The more involved you are in corporate governance, generally speaking, as a board member or executive officer, or even a company’s founder, the more accountable you become. That’s because public companies have many obligations that require disclosure of material information to shareholders, including annual meeting minutes and proxy statements (e.g., materials circulated by investors around voting issues), not to mention SEC filings like 10-Ks or 8-Ks. Corporate governance can sound pretty dry—and for some, it is—but it’s also an area where you can use your knowledge and experience to ensure that your company is being proactive about its accountability obligations. Your company may already be incorporating corporate governance into its annual planning process; if not, recommend it does so.

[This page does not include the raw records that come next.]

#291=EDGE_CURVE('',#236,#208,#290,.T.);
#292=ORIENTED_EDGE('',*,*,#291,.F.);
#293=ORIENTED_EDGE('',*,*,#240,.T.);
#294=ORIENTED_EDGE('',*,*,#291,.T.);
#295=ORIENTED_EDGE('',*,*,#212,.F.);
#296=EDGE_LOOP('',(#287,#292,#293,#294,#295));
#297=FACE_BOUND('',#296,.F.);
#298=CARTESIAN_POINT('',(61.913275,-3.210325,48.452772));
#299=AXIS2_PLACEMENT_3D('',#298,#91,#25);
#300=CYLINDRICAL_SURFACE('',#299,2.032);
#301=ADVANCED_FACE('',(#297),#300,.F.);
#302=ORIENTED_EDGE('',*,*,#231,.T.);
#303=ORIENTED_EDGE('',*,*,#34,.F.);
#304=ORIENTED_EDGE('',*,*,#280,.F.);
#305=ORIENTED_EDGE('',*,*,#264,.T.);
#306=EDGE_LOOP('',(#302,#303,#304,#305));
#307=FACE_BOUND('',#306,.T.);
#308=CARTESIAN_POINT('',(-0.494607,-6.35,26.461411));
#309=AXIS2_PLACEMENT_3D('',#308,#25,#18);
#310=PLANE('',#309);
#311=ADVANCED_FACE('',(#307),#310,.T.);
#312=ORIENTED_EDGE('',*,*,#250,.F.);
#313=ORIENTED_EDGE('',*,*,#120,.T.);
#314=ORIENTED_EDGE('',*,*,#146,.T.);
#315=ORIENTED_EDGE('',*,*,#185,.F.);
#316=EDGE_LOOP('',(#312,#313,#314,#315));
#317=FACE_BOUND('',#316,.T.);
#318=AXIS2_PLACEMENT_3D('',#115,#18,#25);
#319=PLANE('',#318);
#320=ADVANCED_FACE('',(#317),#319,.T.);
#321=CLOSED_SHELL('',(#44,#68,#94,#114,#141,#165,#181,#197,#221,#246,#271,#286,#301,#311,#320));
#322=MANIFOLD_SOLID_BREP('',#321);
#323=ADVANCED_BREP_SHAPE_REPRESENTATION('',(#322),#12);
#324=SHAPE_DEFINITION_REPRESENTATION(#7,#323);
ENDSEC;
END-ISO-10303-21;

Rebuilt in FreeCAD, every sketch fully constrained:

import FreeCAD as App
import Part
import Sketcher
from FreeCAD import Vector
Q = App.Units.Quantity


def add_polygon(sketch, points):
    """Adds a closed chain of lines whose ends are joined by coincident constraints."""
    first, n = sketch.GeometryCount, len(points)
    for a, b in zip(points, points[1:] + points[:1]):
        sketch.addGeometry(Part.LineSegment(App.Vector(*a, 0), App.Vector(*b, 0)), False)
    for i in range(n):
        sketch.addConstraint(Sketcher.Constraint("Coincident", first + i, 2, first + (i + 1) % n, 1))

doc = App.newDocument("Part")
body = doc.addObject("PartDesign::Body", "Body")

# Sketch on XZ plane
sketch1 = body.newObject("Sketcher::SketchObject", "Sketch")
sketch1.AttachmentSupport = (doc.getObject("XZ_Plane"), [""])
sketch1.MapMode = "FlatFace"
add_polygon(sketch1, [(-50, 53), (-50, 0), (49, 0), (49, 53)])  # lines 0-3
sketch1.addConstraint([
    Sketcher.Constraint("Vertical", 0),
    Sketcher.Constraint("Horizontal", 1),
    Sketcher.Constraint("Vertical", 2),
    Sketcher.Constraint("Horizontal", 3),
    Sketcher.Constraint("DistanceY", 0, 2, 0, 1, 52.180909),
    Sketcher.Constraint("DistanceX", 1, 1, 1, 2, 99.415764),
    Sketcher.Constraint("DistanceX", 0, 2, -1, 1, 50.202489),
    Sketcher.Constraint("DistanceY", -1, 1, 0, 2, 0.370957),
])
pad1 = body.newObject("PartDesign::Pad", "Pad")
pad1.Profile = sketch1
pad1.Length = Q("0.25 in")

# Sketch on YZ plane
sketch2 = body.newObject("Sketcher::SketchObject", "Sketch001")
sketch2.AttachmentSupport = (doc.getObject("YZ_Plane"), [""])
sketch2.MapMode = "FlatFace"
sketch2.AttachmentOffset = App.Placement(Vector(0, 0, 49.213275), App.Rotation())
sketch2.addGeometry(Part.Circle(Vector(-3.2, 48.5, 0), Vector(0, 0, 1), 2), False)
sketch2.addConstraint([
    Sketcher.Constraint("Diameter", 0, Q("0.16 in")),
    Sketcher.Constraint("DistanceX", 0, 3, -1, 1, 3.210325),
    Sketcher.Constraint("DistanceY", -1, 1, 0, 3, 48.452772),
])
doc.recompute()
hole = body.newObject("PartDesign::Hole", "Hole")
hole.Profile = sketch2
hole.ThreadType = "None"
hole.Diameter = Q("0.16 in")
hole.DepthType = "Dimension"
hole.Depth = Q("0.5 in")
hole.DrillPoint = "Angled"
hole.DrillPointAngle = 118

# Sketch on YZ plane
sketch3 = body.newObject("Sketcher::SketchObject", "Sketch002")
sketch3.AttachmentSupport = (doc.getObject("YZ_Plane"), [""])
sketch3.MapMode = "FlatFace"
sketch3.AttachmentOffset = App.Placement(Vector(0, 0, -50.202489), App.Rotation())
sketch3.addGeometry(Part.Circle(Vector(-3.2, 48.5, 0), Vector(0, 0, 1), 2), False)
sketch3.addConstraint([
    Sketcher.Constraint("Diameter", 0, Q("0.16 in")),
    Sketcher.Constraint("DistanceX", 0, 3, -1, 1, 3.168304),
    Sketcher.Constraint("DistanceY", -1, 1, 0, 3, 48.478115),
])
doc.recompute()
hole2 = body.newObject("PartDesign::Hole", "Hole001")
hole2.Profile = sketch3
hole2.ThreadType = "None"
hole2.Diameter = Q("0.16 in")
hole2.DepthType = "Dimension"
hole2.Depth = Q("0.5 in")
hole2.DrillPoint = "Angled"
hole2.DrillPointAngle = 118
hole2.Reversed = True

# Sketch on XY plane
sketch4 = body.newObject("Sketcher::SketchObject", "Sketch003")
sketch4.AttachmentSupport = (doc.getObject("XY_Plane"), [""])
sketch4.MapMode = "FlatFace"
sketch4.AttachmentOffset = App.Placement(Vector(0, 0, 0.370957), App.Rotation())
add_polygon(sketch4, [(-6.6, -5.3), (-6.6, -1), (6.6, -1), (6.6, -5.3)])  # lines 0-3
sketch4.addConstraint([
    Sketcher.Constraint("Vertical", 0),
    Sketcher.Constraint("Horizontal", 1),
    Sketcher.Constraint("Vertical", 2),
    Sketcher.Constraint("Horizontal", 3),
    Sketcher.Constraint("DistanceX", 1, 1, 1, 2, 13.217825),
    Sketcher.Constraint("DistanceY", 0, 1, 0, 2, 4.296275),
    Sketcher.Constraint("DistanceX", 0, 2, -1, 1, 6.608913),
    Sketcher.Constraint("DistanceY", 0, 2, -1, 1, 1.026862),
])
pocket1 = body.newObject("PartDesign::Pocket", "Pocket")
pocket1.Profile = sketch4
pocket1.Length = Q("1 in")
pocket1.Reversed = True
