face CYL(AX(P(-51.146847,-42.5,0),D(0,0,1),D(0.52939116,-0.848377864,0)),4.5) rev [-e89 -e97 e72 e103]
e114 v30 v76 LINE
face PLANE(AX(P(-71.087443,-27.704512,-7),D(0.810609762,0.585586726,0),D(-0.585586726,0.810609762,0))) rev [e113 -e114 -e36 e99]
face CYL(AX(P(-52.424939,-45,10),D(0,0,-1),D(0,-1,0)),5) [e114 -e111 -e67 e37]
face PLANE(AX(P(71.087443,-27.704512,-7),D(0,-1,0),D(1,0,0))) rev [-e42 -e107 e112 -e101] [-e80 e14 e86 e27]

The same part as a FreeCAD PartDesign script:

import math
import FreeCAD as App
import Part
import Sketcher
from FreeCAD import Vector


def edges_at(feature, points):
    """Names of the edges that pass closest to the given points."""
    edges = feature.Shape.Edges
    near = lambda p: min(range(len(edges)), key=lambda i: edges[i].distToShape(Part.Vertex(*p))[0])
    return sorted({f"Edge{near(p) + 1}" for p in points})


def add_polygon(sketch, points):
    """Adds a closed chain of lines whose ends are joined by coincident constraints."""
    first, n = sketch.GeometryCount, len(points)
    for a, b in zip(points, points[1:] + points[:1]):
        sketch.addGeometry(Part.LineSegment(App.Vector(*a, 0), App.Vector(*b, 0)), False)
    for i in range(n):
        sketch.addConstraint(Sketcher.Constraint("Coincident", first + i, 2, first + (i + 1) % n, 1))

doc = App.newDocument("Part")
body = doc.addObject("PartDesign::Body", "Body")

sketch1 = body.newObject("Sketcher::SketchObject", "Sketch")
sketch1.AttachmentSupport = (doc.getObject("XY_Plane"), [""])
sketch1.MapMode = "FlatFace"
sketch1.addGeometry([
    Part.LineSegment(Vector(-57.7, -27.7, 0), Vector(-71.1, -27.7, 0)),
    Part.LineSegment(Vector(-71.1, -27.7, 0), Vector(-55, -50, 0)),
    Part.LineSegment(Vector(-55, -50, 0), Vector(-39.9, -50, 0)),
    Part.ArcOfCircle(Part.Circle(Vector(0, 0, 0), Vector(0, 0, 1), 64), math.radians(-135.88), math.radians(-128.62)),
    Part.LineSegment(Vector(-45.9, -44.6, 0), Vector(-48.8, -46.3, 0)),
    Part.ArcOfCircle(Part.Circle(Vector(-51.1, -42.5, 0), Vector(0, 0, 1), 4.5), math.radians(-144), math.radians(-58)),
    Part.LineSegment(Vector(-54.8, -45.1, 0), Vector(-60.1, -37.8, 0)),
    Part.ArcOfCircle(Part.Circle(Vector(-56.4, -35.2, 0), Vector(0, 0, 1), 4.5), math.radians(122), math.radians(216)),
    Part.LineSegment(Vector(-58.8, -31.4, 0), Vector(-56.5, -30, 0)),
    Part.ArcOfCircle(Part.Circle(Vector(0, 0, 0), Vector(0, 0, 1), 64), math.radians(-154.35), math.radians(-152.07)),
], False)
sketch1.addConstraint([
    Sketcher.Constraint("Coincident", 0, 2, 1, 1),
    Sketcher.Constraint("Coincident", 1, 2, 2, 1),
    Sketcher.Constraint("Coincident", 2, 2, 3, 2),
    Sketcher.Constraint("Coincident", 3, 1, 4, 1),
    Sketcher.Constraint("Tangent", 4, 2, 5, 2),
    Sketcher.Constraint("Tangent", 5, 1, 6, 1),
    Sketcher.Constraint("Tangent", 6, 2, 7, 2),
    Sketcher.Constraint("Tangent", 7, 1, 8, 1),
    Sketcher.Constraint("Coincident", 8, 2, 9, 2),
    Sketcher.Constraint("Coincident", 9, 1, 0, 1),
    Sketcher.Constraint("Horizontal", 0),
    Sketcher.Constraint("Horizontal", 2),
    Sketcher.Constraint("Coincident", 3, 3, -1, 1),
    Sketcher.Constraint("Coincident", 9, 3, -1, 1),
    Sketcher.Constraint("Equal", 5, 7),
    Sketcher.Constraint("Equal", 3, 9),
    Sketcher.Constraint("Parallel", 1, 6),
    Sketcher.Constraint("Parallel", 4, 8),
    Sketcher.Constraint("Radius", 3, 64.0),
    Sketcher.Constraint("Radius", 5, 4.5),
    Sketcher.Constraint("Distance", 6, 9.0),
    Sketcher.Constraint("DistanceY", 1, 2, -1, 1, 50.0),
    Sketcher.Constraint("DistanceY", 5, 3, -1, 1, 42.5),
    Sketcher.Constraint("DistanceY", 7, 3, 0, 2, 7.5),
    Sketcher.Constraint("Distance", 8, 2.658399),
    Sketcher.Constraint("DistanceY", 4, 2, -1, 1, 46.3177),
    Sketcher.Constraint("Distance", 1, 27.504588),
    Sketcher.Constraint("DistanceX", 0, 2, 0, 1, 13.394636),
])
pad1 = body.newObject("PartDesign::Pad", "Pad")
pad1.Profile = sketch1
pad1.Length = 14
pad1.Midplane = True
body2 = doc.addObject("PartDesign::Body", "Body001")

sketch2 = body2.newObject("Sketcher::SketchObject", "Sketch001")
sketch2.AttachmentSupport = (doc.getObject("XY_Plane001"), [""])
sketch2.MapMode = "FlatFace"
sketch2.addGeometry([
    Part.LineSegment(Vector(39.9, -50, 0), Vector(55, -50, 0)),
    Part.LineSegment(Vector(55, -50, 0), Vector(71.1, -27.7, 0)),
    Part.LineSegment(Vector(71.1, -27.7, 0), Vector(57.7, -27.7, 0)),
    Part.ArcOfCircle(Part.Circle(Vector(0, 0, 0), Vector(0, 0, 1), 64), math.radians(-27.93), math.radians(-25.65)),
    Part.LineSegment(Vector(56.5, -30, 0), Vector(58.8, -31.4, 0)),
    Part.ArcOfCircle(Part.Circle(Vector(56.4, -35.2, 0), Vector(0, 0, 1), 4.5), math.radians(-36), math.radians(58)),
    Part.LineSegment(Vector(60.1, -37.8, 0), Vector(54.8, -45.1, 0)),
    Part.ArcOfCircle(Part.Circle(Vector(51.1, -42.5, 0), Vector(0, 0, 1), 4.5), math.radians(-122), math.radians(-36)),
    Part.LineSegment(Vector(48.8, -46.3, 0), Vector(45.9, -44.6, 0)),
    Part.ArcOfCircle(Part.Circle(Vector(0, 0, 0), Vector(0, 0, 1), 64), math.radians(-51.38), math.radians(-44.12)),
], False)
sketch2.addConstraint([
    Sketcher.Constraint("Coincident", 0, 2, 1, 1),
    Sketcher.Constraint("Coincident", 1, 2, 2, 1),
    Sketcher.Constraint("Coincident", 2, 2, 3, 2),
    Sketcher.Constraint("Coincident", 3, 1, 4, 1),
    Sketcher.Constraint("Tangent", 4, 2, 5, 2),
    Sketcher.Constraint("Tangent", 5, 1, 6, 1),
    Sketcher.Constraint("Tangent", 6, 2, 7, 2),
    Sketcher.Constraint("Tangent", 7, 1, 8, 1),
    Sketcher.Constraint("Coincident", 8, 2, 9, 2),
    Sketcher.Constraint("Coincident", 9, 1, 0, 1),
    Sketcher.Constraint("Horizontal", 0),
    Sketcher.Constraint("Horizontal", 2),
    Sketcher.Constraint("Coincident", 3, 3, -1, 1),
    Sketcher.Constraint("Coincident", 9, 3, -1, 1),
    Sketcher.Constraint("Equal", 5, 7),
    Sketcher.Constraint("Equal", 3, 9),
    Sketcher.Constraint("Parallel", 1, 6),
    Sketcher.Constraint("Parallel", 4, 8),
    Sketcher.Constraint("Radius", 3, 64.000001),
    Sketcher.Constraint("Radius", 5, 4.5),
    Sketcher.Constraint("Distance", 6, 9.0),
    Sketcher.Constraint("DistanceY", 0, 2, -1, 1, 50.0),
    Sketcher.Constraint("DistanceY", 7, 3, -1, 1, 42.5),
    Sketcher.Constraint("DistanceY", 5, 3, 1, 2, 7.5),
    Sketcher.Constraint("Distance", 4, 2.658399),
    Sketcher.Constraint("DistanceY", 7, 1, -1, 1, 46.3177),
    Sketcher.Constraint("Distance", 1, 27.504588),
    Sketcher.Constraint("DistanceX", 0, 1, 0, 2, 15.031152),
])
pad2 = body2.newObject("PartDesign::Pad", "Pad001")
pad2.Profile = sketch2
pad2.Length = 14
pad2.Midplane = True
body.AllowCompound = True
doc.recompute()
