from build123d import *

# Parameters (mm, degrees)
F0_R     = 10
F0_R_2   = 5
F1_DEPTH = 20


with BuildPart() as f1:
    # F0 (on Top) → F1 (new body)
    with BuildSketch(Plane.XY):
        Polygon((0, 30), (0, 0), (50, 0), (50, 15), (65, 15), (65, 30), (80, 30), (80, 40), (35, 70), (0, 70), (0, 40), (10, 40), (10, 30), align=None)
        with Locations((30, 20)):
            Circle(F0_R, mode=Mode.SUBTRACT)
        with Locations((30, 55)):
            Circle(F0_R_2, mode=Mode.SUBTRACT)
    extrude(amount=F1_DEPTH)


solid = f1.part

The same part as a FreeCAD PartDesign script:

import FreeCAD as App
import Part
import Sketcher
from FreeCAD import Vector

doc = App.newDocument("Part")
body = doc.addObject("PartDesign::Body", "Body")

# Sketch on XY plane
sketch1 = doc.addObject("Sketcher::SketchObject", "Sketch")
body.addObject(sketch1)
sketch1.AttachmentSupport = (doc.XY_Plane, [""])
sketch1.MapMode = "FlatFace"
sketch1.addGeometry(Part.LineSegment(Vector(0, 30, 0), Vector(0, 0, 0)), False)
sketch1.addGeometry(Part.LineSegment(Vector(0, 0, 0), Vector(50, 0, 0)), False)
sketch1.addGeometry(Part.LineSegment(Vector(50, 0, 0), Vector(50, 15, 0)), False)
sketch1.addGeometry(Part.LineSegment(Vector(50, 15, 0), Vector(65, 15, 0)), False)
sketch1.addGeometry(Part.LineSegment(Vector(65, 15, 0), Vector(65, 30, 0)), False)
sketch1.addGeometry(Part.LineSegment(Vector(65, 30, 0), Vector(80, 30, 0)), False)
sketch1.addGeometry(Part.LineSegment(Vector(80, 30, 0), Vector(80, 40, 0)), False)
sketch1.addGeometry(Part.LineSegment(Vector(80, 40, 0), Vector(35, 70, 0)), False)
sketch1.addGeometry(Part.LineSegment(Vector(35, 70, 0), Vector(0, 70, 0)), False)
sketch1.addGeometry(Part.LineSegment(Vector(0, 70, 0), Vector(0, 40, 0)), False)
sketch1.addGeometry(Part.LineSegment(Vector(0, 40, 0), Vector(10, 40, 0)), False)
sketch1.addGeometry(Part.LineSegment(Vector(10, 40, 0), Vector(10, 30, 0)), False)
sketch1.addGeometry(Part.LineSegment(Vector(10, 30, 0), Vector(0, 30, 0)), False)
sketch1.addGeometry(Part.Circle(Vector(30, 20, 0), Vector(0, 0, 1), 10), False)
sketch1.addGeometry(Part.Circle(Vector(30, 55, 0), Vector(0, 0, 1), 5), False)
sketch1.addConstraint(Sketcher.Constraint("Coincident", 0, 2, 1, 1))
sketch1.addConstraint(Sketcher.Constraint("Coincident", 1, 2, 2, 1))
sketch1.addConstraint(Sketcher.Constraint("Coincident", 2, 2, 3, 1))
sketch1.addConstraint(Sketcher.Constraint("Coincident", 3, 2, 4, 1))
sketch1.addConstraint(Sketcher.Constraint("Coincident", 4, 2, 5, 1))
sketch1.addConstraint(Sketcher.Constraint("Coincident", 5, 2, 6, 1))
sketch1.addConstraint(Sketcher.Constraint("Coincident", 6, 2, 7, 1))
sketch1.addConstraint(Sketcher.Constraint("Coincident", 7, 2, 8, 1))
sketch1.addConstraint(Sketcher.Constraint("Coincident", 8, 2, 9, 1))
sketch1.addConstraint(Sketcher.Constraint("Coincident", 9, 2, 10, 1))
sketch1.addConstraint(Sketcher.Constraint("Coincident", 10, 2, 11, 1))
sketch1.addConstraint(Sketcher.Constraint("Coincident", 11, 2, 12, 1))
sketch1.addConstraint(Sketcher.Constraint("Coincident", 12, 2, 0, 1))
sketch1.addConstraint(Sketcher.Constraint("Vertical", 0))
sketch1.addConstraint(Sketcher.Constraint("Horizontal", 1))
sketch1.addConstraint(Sketcher.Constraint("Vertical", 2))
sketch1.addConstraint(Sketcher.Constraint("Horizontal", 3))
sketch1.addConstraint(Sketcher.Constraint("Vertical", 4))
sketch1.addConstraint(Sketcher.Constraint("Horizontal", 5))
sketch1.addConstraint(Sketcher.Constraint("Vertical", 6))
sketch1.addConstraint(Sketcher.Constraint("Horizontal", 8))
sketch1.addConstraint(Sketcher.Constraint("Vertical", 9))
sketch1.addConstraint(Sketcher.Constraint("Horizontal", 10))
sketch1.addConstraint(Sketcher.Constraint("Vertical", 11))
sketch1.addConstraint(Sketcher.Constraint("Horizontal", 12))
sketch1.addConstraint(Sketcher.Constraint("Coincident", 0, 2, -1, 1))
sketch1.addConstraint(Sketcher.Constraint("PointOnObject", 8, 2, -2))
sketch1.addConstraint(Sketcher.Constraint("Horizontal", 6, 2, 9, 2))
sketch1.addConstraint(Sketcher.Constraint("Horizontal", 5, 2, 11, 2))
sketch1.addConstraint(Sketcher.Constraint("Vertical", 13, 3, 14, 3))
sketch1.addConstraint(Sketcher.Constraint("Equal", 3, 5))
sketch1.addConstraint(Sketcher.Constraint("Equal", 5, 2))
sketch1.addConstraint(Sketcher.Constraint("Equal", 2, 4))
sketch1.addConstraint(Sketcher.Constraint("Equal", 12, 6))
sketch1.addConstraint(Sketcher.Constraint("Equal", 0, 9))
sketch1.addConstraint(Sketcher.Constraint("Diameter", 13, 20.0))
sketch1.addConstraint(Sketcher.Constraint("Diameter", 14, 10.0))
sketch1.addConstraint(Sketcher.Constraint("DistanceX", 1, 1, 1, 2, 50.0))
sketch1.addConstraint(Sketcher.Constraint("DistanceX", 3, 1, 3, 2, 15.0))
sketch1.addConstraint(Sketcher.Constraint("DistanceX", 8, 2, 8, 1, 35.0))
sketch1.addConstraint(Sketcher.Constraint("DistanceX", 10, 1, 10, 2, 10.0))
sketch1.addConstraint(Sketcher.Constraint("DistanceX", -1, 1, 13, 3, 30.0))
sketch1.addConstraint(Sketcher.Constraint("DistanceY", -1, 1, 13, 3, 20.0))
sketch1.addConstraint(Sketcher.Constraint("DistanceY", -1, 1, 14, 3, 55.0))
pad1 = doc.addObject("PartDesign::Pad", "Pad")
body.addObject(pad1)
pad1.Profile = sketch1
pad1.Length = 20

doc.recompute()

How Do I Become Part of a Board?

If you’re thinking about joining a board, that’s great! Your presence on a board can be hugely beneficial to your organization and to other companies in your sector. But it takes time to become part of a board, whether you’re being nominated by another member or voted onto an open position.

Conclusion

Accountability has been defined as responding to responsibility. When we are accountable, we are being responsive, whether or not that is what others may want or expect. To be an accountable person means to hold oneself responsible for one’s own words and actions—including the consequences of those words and actions. As a concept, accountability is fundamental to both management and leadership; in fact, you could define a manager as someone who holds people accountable for doing their jobs effectively.